I cattivi, dunque, che non sono mai cattivi del tutto, come dimostra l’antagonista Valraven, a cui Aurora darà la caccia per tutto il romanzo, il mietitore che tenterà di uccidere le persone a lei più care.

Proprio quel Valraven – di cui, in realtà, non conosceremo mai la vera identità – mostra la sua parte più intima e sensibile, quando racconta di come la cosca mafiosa legata a il “Santo”, Fernando Santini, abbia sterminato brutalmente la sua famiglia.

Tra i personaggi, una nota a parte credo meriti la figura di Bruno Colasanti, partner di Aurora nelle indagini già dal primo capitolo. All’inizio di Osservatore Oscuro, il nostro si ritroverà coinvolto in un giro losco di corse fantasma, gare clandestine in automobile, e tutto ciò verrà fatto passare come un modo per esorcizzare il dolore e lo stato di confusione mentale che il personaggio sta vivendo a causa dei suoi sentimenti verso la protagonista.

Qui il lettore, o almeno io, alzerà un po’ gli occhi al cielo pensando: “eccheppalle, doveva proprio fargli fare la figura del duro alla Fast and Furious in un modo così patetico?”

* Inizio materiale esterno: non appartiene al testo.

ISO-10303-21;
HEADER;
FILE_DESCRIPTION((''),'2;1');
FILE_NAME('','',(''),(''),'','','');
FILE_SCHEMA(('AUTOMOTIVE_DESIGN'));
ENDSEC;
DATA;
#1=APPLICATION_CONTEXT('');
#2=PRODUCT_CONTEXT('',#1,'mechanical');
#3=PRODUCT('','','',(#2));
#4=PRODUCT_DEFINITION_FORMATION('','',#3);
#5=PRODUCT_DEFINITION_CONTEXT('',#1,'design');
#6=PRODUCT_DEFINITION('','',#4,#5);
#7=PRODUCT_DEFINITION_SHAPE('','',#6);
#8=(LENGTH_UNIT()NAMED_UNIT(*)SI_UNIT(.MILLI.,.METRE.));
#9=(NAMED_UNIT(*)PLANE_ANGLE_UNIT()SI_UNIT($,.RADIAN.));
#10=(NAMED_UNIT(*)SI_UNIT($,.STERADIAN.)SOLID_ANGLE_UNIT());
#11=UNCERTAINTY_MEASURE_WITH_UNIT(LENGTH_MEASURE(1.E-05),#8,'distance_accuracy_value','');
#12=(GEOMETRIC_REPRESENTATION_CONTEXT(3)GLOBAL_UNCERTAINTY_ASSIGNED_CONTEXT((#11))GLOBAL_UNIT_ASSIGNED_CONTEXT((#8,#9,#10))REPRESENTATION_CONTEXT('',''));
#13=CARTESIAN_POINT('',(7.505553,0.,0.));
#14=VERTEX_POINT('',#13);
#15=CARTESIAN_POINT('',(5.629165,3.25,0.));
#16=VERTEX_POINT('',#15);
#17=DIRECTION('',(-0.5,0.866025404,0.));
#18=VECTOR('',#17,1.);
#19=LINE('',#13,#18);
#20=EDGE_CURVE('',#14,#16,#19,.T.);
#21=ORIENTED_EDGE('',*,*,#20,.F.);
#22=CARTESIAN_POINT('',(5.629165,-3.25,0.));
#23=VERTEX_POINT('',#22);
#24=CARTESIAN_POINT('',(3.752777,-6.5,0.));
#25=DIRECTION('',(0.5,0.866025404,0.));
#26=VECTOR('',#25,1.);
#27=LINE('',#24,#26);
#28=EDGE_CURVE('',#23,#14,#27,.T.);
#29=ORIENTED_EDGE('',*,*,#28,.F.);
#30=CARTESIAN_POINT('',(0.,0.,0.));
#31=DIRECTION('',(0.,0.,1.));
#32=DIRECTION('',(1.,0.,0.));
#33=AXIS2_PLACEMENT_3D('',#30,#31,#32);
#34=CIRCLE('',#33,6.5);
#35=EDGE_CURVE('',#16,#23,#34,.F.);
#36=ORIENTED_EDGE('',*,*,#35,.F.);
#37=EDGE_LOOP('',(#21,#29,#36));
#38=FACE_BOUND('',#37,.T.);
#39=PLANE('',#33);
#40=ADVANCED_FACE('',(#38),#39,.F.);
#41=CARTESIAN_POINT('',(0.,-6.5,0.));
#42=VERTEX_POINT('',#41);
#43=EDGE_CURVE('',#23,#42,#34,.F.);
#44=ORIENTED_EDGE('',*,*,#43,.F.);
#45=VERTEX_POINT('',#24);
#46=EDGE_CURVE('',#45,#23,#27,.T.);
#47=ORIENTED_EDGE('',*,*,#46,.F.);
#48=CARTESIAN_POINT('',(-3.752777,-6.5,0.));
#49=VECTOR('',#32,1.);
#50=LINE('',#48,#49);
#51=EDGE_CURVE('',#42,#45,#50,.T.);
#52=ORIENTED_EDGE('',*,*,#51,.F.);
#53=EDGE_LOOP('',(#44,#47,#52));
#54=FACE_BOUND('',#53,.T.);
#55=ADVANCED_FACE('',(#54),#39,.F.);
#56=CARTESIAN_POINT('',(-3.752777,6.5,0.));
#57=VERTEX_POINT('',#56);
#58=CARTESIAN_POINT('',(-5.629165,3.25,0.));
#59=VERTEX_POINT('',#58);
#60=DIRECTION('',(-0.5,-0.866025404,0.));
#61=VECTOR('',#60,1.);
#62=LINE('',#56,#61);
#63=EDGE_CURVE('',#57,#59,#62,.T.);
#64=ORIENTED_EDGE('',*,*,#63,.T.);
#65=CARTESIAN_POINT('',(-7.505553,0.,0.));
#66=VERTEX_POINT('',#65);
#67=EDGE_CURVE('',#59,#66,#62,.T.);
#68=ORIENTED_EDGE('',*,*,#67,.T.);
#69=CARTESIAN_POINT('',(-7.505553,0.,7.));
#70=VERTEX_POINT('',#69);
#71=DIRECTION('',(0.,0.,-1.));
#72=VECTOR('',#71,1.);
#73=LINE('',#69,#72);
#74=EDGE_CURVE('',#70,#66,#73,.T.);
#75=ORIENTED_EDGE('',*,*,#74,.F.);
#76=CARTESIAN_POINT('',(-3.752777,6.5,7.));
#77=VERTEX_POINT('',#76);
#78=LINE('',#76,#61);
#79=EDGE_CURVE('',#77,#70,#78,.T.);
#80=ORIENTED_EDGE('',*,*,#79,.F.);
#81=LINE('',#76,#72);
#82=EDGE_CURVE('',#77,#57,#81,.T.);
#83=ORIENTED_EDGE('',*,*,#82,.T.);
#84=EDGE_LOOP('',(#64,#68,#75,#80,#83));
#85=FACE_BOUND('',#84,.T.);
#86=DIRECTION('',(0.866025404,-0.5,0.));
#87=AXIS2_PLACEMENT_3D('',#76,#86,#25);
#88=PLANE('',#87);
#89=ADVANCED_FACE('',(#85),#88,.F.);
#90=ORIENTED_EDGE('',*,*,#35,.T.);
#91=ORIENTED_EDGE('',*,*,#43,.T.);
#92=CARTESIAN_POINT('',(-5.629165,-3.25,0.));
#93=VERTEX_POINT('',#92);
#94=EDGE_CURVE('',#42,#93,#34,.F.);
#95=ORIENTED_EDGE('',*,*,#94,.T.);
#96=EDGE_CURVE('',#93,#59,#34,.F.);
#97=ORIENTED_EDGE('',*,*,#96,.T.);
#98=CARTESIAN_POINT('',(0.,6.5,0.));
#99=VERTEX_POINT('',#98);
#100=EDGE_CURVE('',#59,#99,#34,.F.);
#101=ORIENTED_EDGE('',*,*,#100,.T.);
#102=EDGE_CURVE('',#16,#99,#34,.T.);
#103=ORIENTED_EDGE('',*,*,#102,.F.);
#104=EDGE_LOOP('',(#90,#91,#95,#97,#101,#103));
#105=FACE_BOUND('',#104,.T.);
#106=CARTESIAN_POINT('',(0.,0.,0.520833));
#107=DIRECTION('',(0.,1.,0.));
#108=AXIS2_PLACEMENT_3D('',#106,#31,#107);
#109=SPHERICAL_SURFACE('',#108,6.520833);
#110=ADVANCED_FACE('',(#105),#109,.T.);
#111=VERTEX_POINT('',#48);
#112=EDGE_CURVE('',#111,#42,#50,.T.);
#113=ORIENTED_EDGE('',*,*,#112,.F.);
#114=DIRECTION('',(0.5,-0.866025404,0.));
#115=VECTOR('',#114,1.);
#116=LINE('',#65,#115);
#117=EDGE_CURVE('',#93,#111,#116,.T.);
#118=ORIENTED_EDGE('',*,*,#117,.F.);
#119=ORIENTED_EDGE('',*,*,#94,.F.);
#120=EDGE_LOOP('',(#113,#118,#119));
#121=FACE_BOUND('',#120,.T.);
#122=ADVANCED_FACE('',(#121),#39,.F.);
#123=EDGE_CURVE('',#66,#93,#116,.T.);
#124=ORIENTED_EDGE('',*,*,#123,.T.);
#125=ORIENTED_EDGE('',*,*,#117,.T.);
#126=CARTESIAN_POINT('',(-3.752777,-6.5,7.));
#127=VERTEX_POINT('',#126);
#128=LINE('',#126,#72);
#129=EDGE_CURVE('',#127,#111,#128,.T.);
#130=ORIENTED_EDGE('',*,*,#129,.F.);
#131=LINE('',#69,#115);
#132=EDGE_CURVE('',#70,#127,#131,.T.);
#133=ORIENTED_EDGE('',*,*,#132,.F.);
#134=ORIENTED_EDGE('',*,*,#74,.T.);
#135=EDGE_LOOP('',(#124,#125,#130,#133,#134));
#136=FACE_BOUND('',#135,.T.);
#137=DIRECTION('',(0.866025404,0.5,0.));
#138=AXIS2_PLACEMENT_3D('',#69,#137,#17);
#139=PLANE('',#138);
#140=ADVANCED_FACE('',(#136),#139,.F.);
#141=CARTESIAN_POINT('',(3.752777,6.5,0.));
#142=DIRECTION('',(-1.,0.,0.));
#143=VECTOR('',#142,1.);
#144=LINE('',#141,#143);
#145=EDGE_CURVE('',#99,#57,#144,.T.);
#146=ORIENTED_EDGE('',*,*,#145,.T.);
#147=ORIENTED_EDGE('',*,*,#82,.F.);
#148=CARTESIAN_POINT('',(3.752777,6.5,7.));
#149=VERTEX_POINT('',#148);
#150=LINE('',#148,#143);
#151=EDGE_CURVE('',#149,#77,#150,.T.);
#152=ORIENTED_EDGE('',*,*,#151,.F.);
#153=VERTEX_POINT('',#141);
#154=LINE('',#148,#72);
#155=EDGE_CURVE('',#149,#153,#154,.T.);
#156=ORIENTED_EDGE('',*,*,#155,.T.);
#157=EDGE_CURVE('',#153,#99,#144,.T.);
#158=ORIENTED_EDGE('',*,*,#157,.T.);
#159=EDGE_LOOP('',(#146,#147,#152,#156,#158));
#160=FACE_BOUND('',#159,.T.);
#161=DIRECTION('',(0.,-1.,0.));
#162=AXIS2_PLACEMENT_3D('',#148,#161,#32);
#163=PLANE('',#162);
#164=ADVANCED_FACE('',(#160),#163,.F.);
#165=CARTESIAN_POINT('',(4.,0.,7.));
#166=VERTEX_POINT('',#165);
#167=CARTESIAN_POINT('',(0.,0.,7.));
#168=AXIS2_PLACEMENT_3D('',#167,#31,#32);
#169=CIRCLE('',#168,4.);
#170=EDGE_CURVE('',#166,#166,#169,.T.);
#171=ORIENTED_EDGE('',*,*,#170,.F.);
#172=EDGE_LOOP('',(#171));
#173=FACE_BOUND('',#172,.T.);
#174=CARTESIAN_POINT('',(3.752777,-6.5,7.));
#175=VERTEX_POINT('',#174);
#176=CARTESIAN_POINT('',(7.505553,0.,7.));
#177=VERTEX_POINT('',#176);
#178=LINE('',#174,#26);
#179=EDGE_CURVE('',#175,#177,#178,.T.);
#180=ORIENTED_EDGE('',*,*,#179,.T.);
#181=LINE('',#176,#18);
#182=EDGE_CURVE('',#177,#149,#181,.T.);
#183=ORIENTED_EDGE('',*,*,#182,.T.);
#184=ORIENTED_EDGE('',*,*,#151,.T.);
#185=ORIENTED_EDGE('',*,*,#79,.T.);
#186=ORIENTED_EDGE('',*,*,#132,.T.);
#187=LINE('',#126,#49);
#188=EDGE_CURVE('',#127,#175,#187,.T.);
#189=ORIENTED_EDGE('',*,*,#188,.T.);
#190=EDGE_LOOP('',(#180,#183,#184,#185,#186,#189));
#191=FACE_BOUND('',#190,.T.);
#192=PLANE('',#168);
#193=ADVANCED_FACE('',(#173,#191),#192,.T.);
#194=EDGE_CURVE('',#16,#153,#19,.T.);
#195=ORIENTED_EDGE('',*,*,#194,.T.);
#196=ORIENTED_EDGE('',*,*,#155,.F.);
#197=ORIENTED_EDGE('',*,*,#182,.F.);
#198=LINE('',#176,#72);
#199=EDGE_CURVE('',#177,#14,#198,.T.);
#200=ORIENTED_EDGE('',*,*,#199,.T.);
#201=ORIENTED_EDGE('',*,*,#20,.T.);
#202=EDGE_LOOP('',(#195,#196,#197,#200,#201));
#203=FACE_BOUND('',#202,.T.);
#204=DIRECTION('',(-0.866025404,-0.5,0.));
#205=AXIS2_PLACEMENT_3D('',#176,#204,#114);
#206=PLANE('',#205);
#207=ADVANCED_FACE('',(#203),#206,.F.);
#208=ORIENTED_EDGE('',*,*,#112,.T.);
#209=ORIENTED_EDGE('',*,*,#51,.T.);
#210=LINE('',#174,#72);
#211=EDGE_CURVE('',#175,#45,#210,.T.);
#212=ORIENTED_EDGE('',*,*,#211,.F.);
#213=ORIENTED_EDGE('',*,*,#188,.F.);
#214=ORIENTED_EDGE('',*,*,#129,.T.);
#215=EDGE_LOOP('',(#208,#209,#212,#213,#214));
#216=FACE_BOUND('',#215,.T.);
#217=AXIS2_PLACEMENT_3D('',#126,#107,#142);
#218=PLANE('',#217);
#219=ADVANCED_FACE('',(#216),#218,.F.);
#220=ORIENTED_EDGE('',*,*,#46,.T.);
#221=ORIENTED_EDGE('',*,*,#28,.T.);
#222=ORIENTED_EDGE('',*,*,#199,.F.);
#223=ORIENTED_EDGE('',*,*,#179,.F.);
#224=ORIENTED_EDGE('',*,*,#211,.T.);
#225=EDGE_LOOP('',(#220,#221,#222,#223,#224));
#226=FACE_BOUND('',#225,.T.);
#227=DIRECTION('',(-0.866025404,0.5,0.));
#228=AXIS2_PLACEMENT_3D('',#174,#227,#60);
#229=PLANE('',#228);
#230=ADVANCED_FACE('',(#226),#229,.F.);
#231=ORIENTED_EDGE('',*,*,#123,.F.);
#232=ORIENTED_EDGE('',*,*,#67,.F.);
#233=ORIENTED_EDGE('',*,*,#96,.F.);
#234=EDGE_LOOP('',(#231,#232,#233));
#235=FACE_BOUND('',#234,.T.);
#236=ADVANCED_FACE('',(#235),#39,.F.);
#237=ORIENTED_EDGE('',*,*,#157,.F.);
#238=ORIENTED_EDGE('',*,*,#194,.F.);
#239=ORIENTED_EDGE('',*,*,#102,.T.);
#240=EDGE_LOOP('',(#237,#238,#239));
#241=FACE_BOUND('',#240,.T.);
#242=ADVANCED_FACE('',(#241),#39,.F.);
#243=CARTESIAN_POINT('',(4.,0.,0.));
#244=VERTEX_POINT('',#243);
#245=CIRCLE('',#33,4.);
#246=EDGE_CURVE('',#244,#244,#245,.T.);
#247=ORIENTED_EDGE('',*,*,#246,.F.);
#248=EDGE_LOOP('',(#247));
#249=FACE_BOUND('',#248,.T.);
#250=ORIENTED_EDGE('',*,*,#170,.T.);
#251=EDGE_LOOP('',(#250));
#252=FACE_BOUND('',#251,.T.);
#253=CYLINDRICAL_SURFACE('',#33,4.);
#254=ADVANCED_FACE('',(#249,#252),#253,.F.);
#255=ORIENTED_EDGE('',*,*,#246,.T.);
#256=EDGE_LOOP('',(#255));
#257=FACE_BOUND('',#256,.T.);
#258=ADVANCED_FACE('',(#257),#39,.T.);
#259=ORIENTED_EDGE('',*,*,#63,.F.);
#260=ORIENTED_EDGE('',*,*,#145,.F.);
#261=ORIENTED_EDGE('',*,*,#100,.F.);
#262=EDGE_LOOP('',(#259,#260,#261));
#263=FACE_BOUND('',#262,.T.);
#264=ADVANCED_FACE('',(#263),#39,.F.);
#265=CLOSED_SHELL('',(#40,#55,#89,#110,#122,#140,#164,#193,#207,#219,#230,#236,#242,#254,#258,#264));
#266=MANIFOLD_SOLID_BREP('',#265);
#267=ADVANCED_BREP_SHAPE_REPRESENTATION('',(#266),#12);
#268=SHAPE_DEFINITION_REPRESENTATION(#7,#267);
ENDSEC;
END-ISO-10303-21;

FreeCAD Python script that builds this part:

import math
import FreeCAD as App
import Part
import Sketcher
from FreeCAD import Vector
Q = App.Units.Quantity


def add_polygon(sketch, points):
    """Adds a closed chain of lines whose ends are joined by coincident constraints."""
    first, n = sketch.GeometryCount, len(points)
    for a, b in zip(points, points[1:] + points[:1]):
        sketch.addGeometry(Part.LineSegment(App.Vector(*a, 0), App.Vector(*b, 0)), False)
    for i in range(n):
        sketch.addConstraint(Sketcher.Constraint("Coincident", first + i, 2, first + (i + 1) % n, 1))

doc = App.newDocument("Part")
body = doc.addObject("PartDesign::Body", "Body")

sketch1 = body.newObject("Sketcher::SketchObject", "Sketch")
sketch1.AttachmentSupport = (doc.getObject("XY_Plane"), [""])
sketch1.MapMode = "FlatFace"
add_polygon(sketch1, [(8, 0), (4, 6), (-4, 6), (-8, 0), (-4, -6), (4, -6)])
sketch1.addConstraint(Sketcher.Constraint("Horizontal", 1))
sketch1.addConstraint(Sketcher.Constraint("Horizontal", 4))
sketch1.addConstraint(Sketcher.Constraint("Symmetric", 0, 2, 3, 2, -1, 1))
sketch1.addConstraint(Sketcher.Constraint("Symmetric", 2, 2, 5, 2, -1, 1))
sketch1.addConstraint(Sketcher.Constraint("PointOnObject", 2, 2, -1))
sketch1.addConstraint(Sketcher.Constraint("Parallel", 2, 5))
sketch1.addConstraint(Sketcher.Constraint("Vertical", 1, 2, 3, 2))
sketch1.addConstraint(Sketcher.Constraint("Angle", 0, Q("120 deg")))
sketch1.addConstraint(Sketcher.Constraint("DistanceY", 3, 2, 1, 2, 13.0))
sketch1.addConstraint(Sketcher.Constraint("DistanceX", 1, 2, 1, 1, 7.505554))
pad1 = body.newObject("PartDesign::Pad", "Pad")
pad1.Profile = sketch1
pad1.Length = 7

E invece di patetico, Colasanti, non ha proprio nulla, ho preso una cantonata io, perché leggendo fino alla fine, si scoprirà che è un duro davvero: il motivo che lo ha spinto a unirsi al giro di corse clandestine è proprio un motivo con “gli attributi”, passatemi il termine, di quelli da farsela sotto sul serio. Ovviamente non vi dirò qual è.

SCENE DI PASSIONE

Una menzione a parte credo meritino le scene erotiche e amorose che… non ci sono!

Grande tocco di classe, a mio modesto parere, della Baraldi, perché il lettore reduce da Aurora nel Buio – dove l’amore e il sesso c’erano stati, seppur in minima parte – per tutto il tempo si aspetterà che Bruno e Aurora coronino definitivamente il loro sentimento in una storia d’amore vera e propria, e invece… Nooo!!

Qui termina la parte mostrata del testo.